Your assignment »
Return exactly the lines of the records below, starting at the line that contains "18.214152), (-35.548437, 18.501345))" and ending at the line that contains "-21.729216), (34.314168, -20.700943))", with both of those lines kept.

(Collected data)
------------------------------------------------

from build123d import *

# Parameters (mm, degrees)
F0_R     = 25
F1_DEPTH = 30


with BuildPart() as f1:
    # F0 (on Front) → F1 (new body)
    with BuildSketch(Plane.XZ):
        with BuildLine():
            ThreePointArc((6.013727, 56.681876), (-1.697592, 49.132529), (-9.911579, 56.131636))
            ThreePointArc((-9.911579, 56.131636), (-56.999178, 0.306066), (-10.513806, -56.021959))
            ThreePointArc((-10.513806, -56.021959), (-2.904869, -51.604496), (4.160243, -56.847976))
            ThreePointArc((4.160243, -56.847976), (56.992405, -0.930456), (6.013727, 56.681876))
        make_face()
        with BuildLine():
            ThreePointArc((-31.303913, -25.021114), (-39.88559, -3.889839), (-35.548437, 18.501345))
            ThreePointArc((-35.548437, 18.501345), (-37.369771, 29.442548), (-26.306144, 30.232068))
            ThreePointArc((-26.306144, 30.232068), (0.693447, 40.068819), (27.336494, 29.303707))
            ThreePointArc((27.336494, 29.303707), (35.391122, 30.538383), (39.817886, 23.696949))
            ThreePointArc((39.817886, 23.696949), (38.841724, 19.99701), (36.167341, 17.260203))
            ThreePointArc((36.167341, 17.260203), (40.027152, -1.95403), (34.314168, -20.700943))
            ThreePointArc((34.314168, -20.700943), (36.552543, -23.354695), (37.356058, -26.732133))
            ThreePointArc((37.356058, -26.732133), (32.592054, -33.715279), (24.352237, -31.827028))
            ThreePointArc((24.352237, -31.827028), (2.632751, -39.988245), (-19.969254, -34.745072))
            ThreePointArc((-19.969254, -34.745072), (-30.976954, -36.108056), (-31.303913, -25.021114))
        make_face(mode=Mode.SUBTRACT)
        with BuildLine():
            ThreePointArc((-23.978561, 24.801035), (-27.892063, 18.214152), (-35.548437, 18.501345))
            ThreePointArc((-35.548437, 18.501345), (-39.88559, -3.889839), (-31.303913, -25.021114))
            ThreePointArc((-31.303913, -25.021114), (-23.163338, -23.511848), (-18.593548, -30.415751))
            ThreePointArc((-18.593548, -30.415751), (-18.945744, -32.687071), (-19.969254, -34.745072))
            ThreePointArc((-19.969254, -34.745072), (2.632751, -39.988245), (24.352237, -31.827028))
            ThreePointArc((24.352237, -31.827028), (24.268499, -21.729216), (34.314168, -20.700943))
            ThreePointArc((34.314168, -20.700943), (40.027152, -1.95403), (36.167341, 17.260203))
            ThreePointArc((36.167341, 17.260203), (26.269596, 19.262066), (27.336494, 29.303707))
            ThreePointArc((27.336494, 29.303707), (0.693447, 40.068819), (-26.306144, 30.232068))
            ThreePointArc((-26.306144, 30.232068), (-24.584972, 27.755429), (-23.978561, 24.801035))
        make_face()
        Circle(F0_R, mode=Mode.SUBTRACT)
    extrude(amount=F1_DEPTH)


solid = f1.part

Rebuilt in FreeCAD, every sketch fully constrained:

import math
import FreeCAD as App
import Part
import Sketcher

doc = App.newDocument("Part")
body = doc.addObject("PartDesign::Body", "Body")

sketch1 = body.newObject("Sketcher::SketchObject", "Sketch")
sketch1.AttachmentSupport = (doc.getObject("XZ_Plane"), [""])
sketch1.MapMode = "FlatFace"
sketch1.addGeometry(Part.ArcOfCircle(Part.Circle(App.Vector(-2, 57.1, 0), App.Vector(0, 0, 1), 8), math.radians(-173), math.radians(-3)), False)
sketch1.addGeometry(Part.ArcOfCircle(Part.Circle(App.Vector(0, 0, 0), App.Vector(0, 0, 1), 57), math.radians(100), math.radians(259)), False)
sketch1.addGeometry(Part.ArcOfCircle(Part.Circle(App.Vector(-3.4, -59.6, 0), App.Vector(0, 0, 1), 8), math.radians(20), math.radians(153)), False)
sketch1.addGeometry(Part.ArcOfCircle(Part.Circle(App.Vector(0, 0, 0), App.Vector(0, 0, 1), 57), math.radians(-86), math.radians(84)), False)
sketch1.addGeometry(Part.ArcOfCircle(Part.Circle(App.Vector(-26.1, -30.4, 0), App.Vector(0, 0, 1), 7.5), math.radians(134), math.radians(325)), False)
sketch1.addGeometry(Part.ArcOfCircle(Part.Circle(App.Vector(-26.1, -30.4, 0), App.Vector(0, 0, 1), 7.5), math.radians(0), math.radians(134)), False)
sketch1.addGeometry(Part.ArcOfCircle(Part.Circle(App.Vector(-26.1, -30.4, 0), App.Vector(0, 0, 1), 7.5), math.radians(-35), math.radians(0)), False)
sketch1.addGeometry(Part.ArcOfCircle(Part.Circle(App.Vector(29.9, -26.7, 0), App.Vector(0, 0, 1), 7.5), math.radians(-137), math.radians(0)), False)
sketch1.addGeometry(Part.ArcOfCircle(Part.Circle(App.Vector(29.9, -26.7, 0), App.Vector(0, 0, 1), 7.5), math.radians(54), math.radians(223)), False)
sketch1.addGeometry(Part.ArcOfCircle(Part.Circle(App.Vector(29.9, -26.7, 0), App.Vector(0, 0, 1), 7.5), math.radians(0), math.radians(54)), False)
sketch1.addGeometry(Part.Circle(App.Vector(0, 0, 0), App.Vector(0, 0, 1), 25), False)
sketch1.addGeometry(Part.ArcOfCircle(Part.Circle(App.Vector(-31.5, 24.8, 0), App.Vector(0, 0, 1), 7.5), math.radians(46), math.radians(237)), False)
sketch1.addGeometry(Part.ArcOfCircle(Part.Circle(App.Vector(-31.5, 24.8, 0), App.Vector(0, 0, 1), 7.5), math.radians(0), math.radians(46)), False)
sketch1.addGeometry(Part.ArcOfCircle(Part.Circle(App.Vector(-31.5, 24.8, 0), App.Vector(0, 0, 1), 7.5), math.radians(-123), math.radians(0)), False)
sketch1.addGeometry(Part.ArcOfCircle(Part.Circle(App.Vector(32.3, 23.7, 0), App.Vector(0, 0, 1), 7.5), math.radians(-59), math.radians(0)), False)
sketch1.addGeometry(Part.ArcOfCircle(Part.Circle(App.Vector(32.3, 23.7, 0), App.Vector(0, 0, 1), 7.5), math.radians(132), math.radians(301)), False)
sketch1.addGeometry(Part.ArcOfCircle(Part.Circle(App.Vector(32.3, 23.7, 0), App.Vector(0, 0, 1), 7.5), math.radians(0), math.radians(132)), False)
sketch1.addConstraint(Sketcher.Constraint("Coincident", 0, 1, 1, 1))
sketch1.addConstraint(Sketcher.Constraint("Coincident", 1, 2, 2, 2))
sketch1.addConstraint(Sketcher.Constraint("Coincident", 2, 1, 3, 1))
sketch1.addConstraint(Sketcher.Constraint("Coincident", 3, 2, 0, 2))
sketch1.addConstraint(Sketcher.Constraint("Tangent", 4, 1, 5, 2))
sketch1.addConstraint(Sketcher.Constraint("Tangent", 5, 1, 6, 2))
sketch1.addConstraint(Sketcher.Constraint("Tangent", 6, 1, 4, 2))
sketch1.addConstraint(Sketcher.Constraint("Tangent", 7, 1, 8, 2))
sketch1.addConstraint(Sketcher.Constraint("Tangent", 8, 1, 9, 2))
sketch1.addConstraint(Sketcher.Constraint("Tangent", 9, 1, 7, 2))
sketch1.addConstraint(Sketcher.Constraint("Tangent", 11, 1, 12, 2))
sketch1.addConstraint(Sketcher.Constraint("Tangent", 12, 1, 13, 2))
sketch1.addConstraint(Sketcher.Constraint("Tangent", 13, 1, 11, 2))
sketch1.addConstraint(Sketcher.Constraint("Tangent", 14, 1, 15, 2))
sketch1.addConstraint(Sketcher.Constraint("Tangent", 15, 1, 16, 2))
sketch1.addConstraint(Sketcher.Constraint("Tangent", 16, 1, 14, 2))
sketch1.addConstraint(Sketcher.Constraint("Coincident", 1, 3, -1, 1))
sketch1.addConstraint(Sketcher.Constraint("Coincident", 3, 3, -1, 1))
sketch1.addConstraint(Sketcher.Constraint("Coincident", 10, 3, -1, 1))
sketch1.addConstraint(Sketcher.Constraint("Equal", 0, 2))
sketch1.addConstraint(Sketcher.Constraint("Equal", 1, 3))
sketch1.addConstraint(Sketcher.Constraint("Equal", 5, 7))
sketch1.addConstraint(Sketcher.Constraint("Equal", 9, 11))
sketch1.addConstraint(Sketcher.Constraint("Equal", 12, 14))
sketch1.addConstraint(Sketcher.Constraint("Horizontal", 6, 3, 5, 1))
sketch1.addConstraint(Sketcher.Constraint("Horizontal", 8, 3, 9, 1))
sketch1.addConstraint(Sketcher.Constraint("Horizontal", 13, 3, 12, 1))
sketch1.addConstraint(Sketcher.Constraint("Horizontal", 15, 3, 16, 1))
sketch1.addConstraint(Sketcher.Constraint("Diameter", 10, 50.0))
sketch1.addConstraint(Sketcher.Constraint("Radius", 0, 8.0))
sketch1.addConstraint(Sketcher.Constraint("Radius", 1, 57.0))
sketch1.addConstraint(Sketcher.Constraint("Radius", 4, 7.5))
sketch1.addConstraint(Sketcher.Constraint("DistanceY", 2, 3, 4, 3, 29.176101))
sketch1.addConstraint(Sketcher.Constraint("DistanceY", 12, 3, 0, 1, 31.330598))
sketch1.addConstraint(Sketcher.Constraint("DistanceY", 2, 3, -1, 1, 59.591851))
sketch1.addConstraint(Sketcher.Constraint("DistanceX", 5, 3, -1, 1, 26.093548))
sketch1.addConstraint(Sketcher.Constraint("DistanceX", -1, 1, 7, 3, 29.856058))
sketch1.addConstraint(Sketcher.Constraint("DistanceX", 11, 3, -1, 1, 31.47856))
sketch1.addConstraint(Sketcher.Constraint("DistanceX", -1, 1, 14, 3, 32.31789))
sketch1.addConstraint(Sketcher.Constraint("DistanceY", -1, 1, 15, 3, 23.696949))
sketch1.addConstraint(Sketcher.Constraint("DistanceX", 0, 1, -1, 1, 9.911579))
sketch1.addConstraint(Sketcher.Constraint("DistanceY", 1, 2, -1, 1, 56.021959))
sketch1.addConstraint(Sketcher.Constraint("DistanceY", 6, 1, -1, 1, 34.745072))
sketch1.addConstraint(Sketcher.Constraint("DistanceY", 7, 1, -1, 1, 31.827028))
sketch1.addConstraint(Sketcher.Constraint("DistanceX", -1, 1, 14, 1, 36.167341))
sketch1.addConstraint(Sketcher.Constraint("DistanceY", 1, 3, 0, 3, 57.127758))
sketch1.addConstraint(Sketcher.Constraint("DistanceY", 2, 3, 9, 3, 32.859718))
sketch1.addConstraint(Sketcher.Constraint("DistanceX", 4, 1, 6, 1, 11.334659))
sketch1.addConstraint(Sketcher.Constraint("DistanceX", 9, 3, 8, 1, 4.45811))
sketch1.addConstraint(Sketcher.Constraint("DistanceY", 12, 3, 11, 1, 5.43103))
sketch1.addConstraint(Sketcher.Constraint("DistanceY", 13, 1, 13, 3, 6.29969))
sketch1.addConstraint(Sketcher.Constraint("DistanceX", 15, 1, 16, 3, 4.981392))
pad1 = body.newObject("PartDesign::Pad", "Pad")
pad1.Profile = sketch1
pad1.Length = 30

doc.recompute()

------------------------------------------------

Answer space »
            ThreePointArc((-23.978561, 24.801035), (-27.892063, 18.214152), (-35.548437, 18.501345))
            ThreePointArc((-35.548437, 18.501345), (-39.88559, -3.889839), (-31.303913, -25.021114))
            ThreePointArc((-31.303913, -25.021114), (-23.163338, -23.511848), (-18.593548, -30.415751))
            ThreePointArc((-18.593548, -30.415751), (-18.945744, -32.687071), (-19.969254, -34.745072))
            ThreePointArc((-19.969254, -34.745072), (2.632751, -39.988245), (24.352237, -31.827028))
            ThreePointArc((24.352237, -31.827028), (24.268499, -21.729216), (34.314168, -20.700943))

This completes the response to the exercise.